Rubin, whose travel agency also organizes and customizes tours, says that Cape Town’s Mother City Queer Project, a December costume party, has become a major event on the gay party circuit.

“Fort Lauderdale and Palm Springs have very high-quality guesthouses, including something virtually up to the standards of a Four Seasons,” he says. “With the gay-friendly attitude of their governments and their advertising in gay publications, they have become popular.”

Rubin says the gay-owned Royal Palms guesthouse in Fort Lauderdale is popular with clients.

He also says French-speaking Montreal has become a top destination as a result of outreach efforts by the local tourism board Quebec province published a travel poster in 1998 announcing itself as gay-friendly.

And because David Tours specializes in Scandinavia, it has done well booking trips to Copenhagen.

“It has a history of an open society,” Rubin says. “It helped Jews during the Holocaust and always has been interested in human rights.”

In Las Vegas, Prestige Travel/American Express, which has an agent specializing in the gay market, does a sizable business, via its site, booking people into the city.
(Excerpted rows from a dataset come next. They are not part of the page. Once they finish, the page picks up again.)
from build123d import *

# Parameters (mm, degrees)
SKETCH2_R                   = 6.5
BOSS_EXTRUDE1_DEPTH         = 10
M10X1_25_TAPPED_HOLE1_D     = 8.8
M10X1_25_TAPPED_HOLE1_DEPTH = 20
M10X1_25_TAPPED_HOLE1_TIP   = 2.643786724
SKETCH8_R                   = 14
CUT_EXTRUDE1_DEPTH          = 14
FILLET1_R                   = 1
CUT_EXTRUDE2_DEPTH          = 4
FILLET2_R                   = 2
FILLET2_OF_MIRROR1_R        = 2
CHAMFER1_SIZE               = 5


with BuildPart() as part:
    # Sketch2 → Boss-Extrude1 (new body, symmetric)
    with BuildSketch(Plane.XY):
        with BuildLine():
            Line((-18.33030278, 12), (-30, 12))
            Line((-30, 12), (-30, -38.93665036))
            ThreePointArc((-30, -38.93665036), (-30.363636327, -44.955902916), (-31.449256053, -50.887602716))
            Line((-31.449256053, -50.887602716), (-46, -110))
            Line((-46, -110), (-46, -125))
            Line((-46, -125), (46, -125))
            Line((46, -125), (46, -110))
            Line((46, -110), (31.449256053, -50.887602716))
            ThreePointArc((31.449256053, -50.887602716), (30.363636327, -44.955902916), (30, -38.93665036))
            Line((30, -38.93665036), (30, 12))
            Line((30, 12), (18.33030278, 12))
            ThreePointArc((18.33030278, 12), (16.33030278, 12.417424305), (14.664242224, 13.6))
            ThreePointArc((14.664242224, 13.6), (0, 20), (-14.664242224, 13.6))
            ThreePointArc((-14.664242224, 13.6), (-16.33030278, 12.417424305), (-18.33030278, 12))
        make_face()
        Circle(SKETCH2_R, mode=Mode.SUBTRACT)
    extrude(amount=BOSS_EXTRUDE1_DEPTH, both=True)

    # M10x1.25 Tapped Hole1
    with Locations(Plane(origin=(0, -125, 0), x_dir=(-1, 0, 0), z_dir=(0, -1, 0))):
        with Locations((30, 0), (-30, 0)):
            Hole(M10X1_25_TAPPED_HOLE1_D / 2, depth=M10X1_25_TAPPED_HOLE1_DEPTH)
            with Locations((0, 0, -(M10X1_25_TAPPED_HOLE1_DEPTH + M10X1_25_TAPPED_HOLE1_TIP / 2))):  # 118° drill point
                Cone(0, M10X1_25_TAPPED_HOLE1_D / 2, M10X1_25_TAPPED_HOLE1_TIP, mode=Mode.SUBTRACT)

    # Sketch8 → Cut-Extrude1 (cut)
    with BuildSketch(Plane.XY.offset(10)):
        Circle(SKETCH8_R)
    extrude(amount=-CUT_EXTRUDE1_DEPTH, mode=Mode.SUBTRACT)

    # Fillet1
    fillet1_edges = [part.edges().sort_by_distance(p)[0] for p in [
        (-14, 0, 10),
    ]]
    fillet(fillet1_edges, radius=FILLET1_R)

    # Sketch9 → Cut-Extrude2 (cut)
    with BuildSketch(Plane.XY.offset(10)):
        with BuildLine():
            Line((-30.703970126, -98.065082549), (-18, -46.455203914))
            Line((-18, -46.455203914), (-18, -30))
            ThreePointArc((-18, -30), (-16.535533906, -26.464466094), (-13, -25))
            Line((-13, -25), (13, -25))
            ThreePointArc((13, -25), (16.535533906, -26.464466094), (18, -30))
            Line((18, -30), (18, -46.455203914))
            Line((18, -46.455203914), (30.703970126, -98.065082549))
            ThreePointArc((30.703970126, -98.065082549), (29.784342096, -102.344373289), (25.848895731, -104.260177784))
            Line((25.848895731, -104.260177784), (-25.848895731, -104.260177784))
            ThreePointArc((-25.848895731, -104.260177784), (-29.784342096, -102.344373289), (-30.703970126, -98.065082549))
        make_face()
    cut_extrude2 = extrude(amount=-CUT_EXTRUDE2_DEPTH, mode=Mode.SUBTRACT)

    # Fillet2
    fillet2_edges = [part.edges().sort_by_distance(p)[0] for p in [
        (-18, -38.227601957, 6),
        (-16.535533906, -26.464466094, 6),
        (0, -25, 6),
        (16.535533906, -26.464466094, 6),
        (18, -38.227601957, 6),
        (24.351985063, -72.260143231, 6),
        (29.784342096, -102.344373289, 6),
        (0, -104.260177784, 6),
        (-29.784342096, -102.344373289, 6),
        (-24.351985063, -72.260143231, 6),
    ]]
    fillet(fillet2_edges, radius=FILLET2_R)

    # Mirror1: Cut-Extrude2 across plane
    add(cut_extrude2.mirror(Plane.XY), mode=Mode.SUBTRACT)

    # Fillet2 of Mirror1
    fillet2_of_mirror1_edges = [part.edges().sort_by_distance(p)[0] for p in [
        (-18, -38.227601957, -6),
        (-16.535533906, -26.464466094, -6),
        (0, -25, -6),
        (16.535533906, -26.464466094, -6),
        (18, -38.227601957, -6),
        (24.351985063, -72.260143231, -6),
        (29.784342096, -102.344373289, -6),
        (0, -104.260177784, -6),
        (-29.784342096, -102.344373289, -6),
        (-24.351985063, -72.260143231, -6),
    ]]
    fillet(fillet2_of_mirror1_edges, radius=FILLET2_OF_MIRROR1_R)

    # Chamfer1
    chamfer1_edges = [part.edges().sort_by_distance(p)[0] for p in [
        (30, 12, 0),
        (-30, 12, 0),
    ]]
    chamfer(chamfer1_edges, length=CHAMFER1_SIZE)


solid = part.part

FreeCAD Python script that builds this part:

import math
import FreeCAD as App
import Part
import Sketcher
from FreeCAD import Vector


def edges_at(feature, points):
    """Names of the edges that pass closest to the given points."""
    edges = feature.Shape.Edges
    near = lambda p: min(range(len(edges)), key=lambda i: edges[i].distToShape(Part.Vertex(*p))[0])
    return sorted({f"Edge{near(p) + 1}" for p in points})

doc = App.newDocument("Part")
params = doc.addObject("Spreadsheet::Sheet", "Params")
for row, (alias, value) in enumerate([
    ("sketch1_diameter", "13 mm"),
    ("sketch1_radius", "50 mm"),
    ("sketch1_radius2", "5 mm"),
    ("sketch1_radius3", "20 mm"),
    ("sketch1_width", "92 mm"),
    ("pad1_length", "20 mm"),
    ("sketch2_diameter", "8.8 mm"),
    ("hole_diameter", "8.8 mm"),
    ("hole_depth", "20 mm"),
    ("sketch3_diameter", "28 mm"),
    ("pocket1_length", "14 mm"),
    ("fillet_radius", "1 mm"),
    ("sketch4_radius", "5 mm"),
    ("sketch4_width", "26 mm"),
    ("pocket2_length", "4 mm"),
    ("fillet2_radius", "2 mm"),
    ("fillet3_radius", "2 mm"),
    ("chamfer_size", "5 mm"),
], start=1):
    params.set(f"A{row}", alias)
    params.set(f"B{row}", "=" + value)
    params.setAlias(f"B{row}", alias)

body = doc.addObject("PartDesign::Body", "Body")

# Sketch on XY plane
sketch1 = body.newObject("Sketcher::SketchObject", "Sketch")
sketch1.AttachmentSupport = (doc.getObject("XY_Plane"), [""])
sketch1.MapMode = "FlatFace"
sketch1.addGeometry([
    Part.LineSegment(Vector(-18.3, 12, 0), Vector(-30, 12, 0)),  # 0
    Part.LineSegment(Vector(-30, 12, 0), Vector(-30, -38.9, 0)),  # 1
    Part.ArcOfCircle(Part.Circle(Vector(-80, -38.9, 0), Vector(0, 0, 1), 50), math.radians(-13.83), math.radians(0)),  # 2
    Part.LineSegment(Vector(-31.4, -50.9, 0), Vector(-46, -110, 0)),  # 3
    Part.LineSegment(Vector(-46, -110, 0), Vector(-46, -125, 0)),  # 4
    Part.LineSegment(Vector(-46, -125, 0), Vector(46, -125, 0)),  # 5
    Part.LineSegment(Vector(46, -125, 0), Vector(46, -110, 0)),  # 6
    Part.LineSegment(Vector(46, -110, 0), Vector(31.4, -50.9, 0)),  # 7
    Part.ArcOfCircle(Part.Circle(Vector(80, -38.9, 0), Vector(0, 0, 1), 50), math.radians(180), math.radians(193.83)),  # 8
    Part.LineSegment(Vector(30, -38.9, 0), Vector(30, 12, 0)),  # 9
“We now have one gay-owned resort, Blue Moon,” said John Berman, the agency’s director of leisure travel. “But a good deal of our gay business here is upscale the Bellagio, the Venetian.”

Outside Nevada, Berman says a majority of his gay business is to Hawaii. And gay clientele are also going to London, Mexico, Australia, Tahiti, Miami, Key West, Canada, and aboard the Seattle-based Windstar Cruises, which operates three motorized sailing vessels that cruise worldwide.

“The most interesting aspect of this business I see is that it’s branching out,” Berman says. “People are not just going to special events.”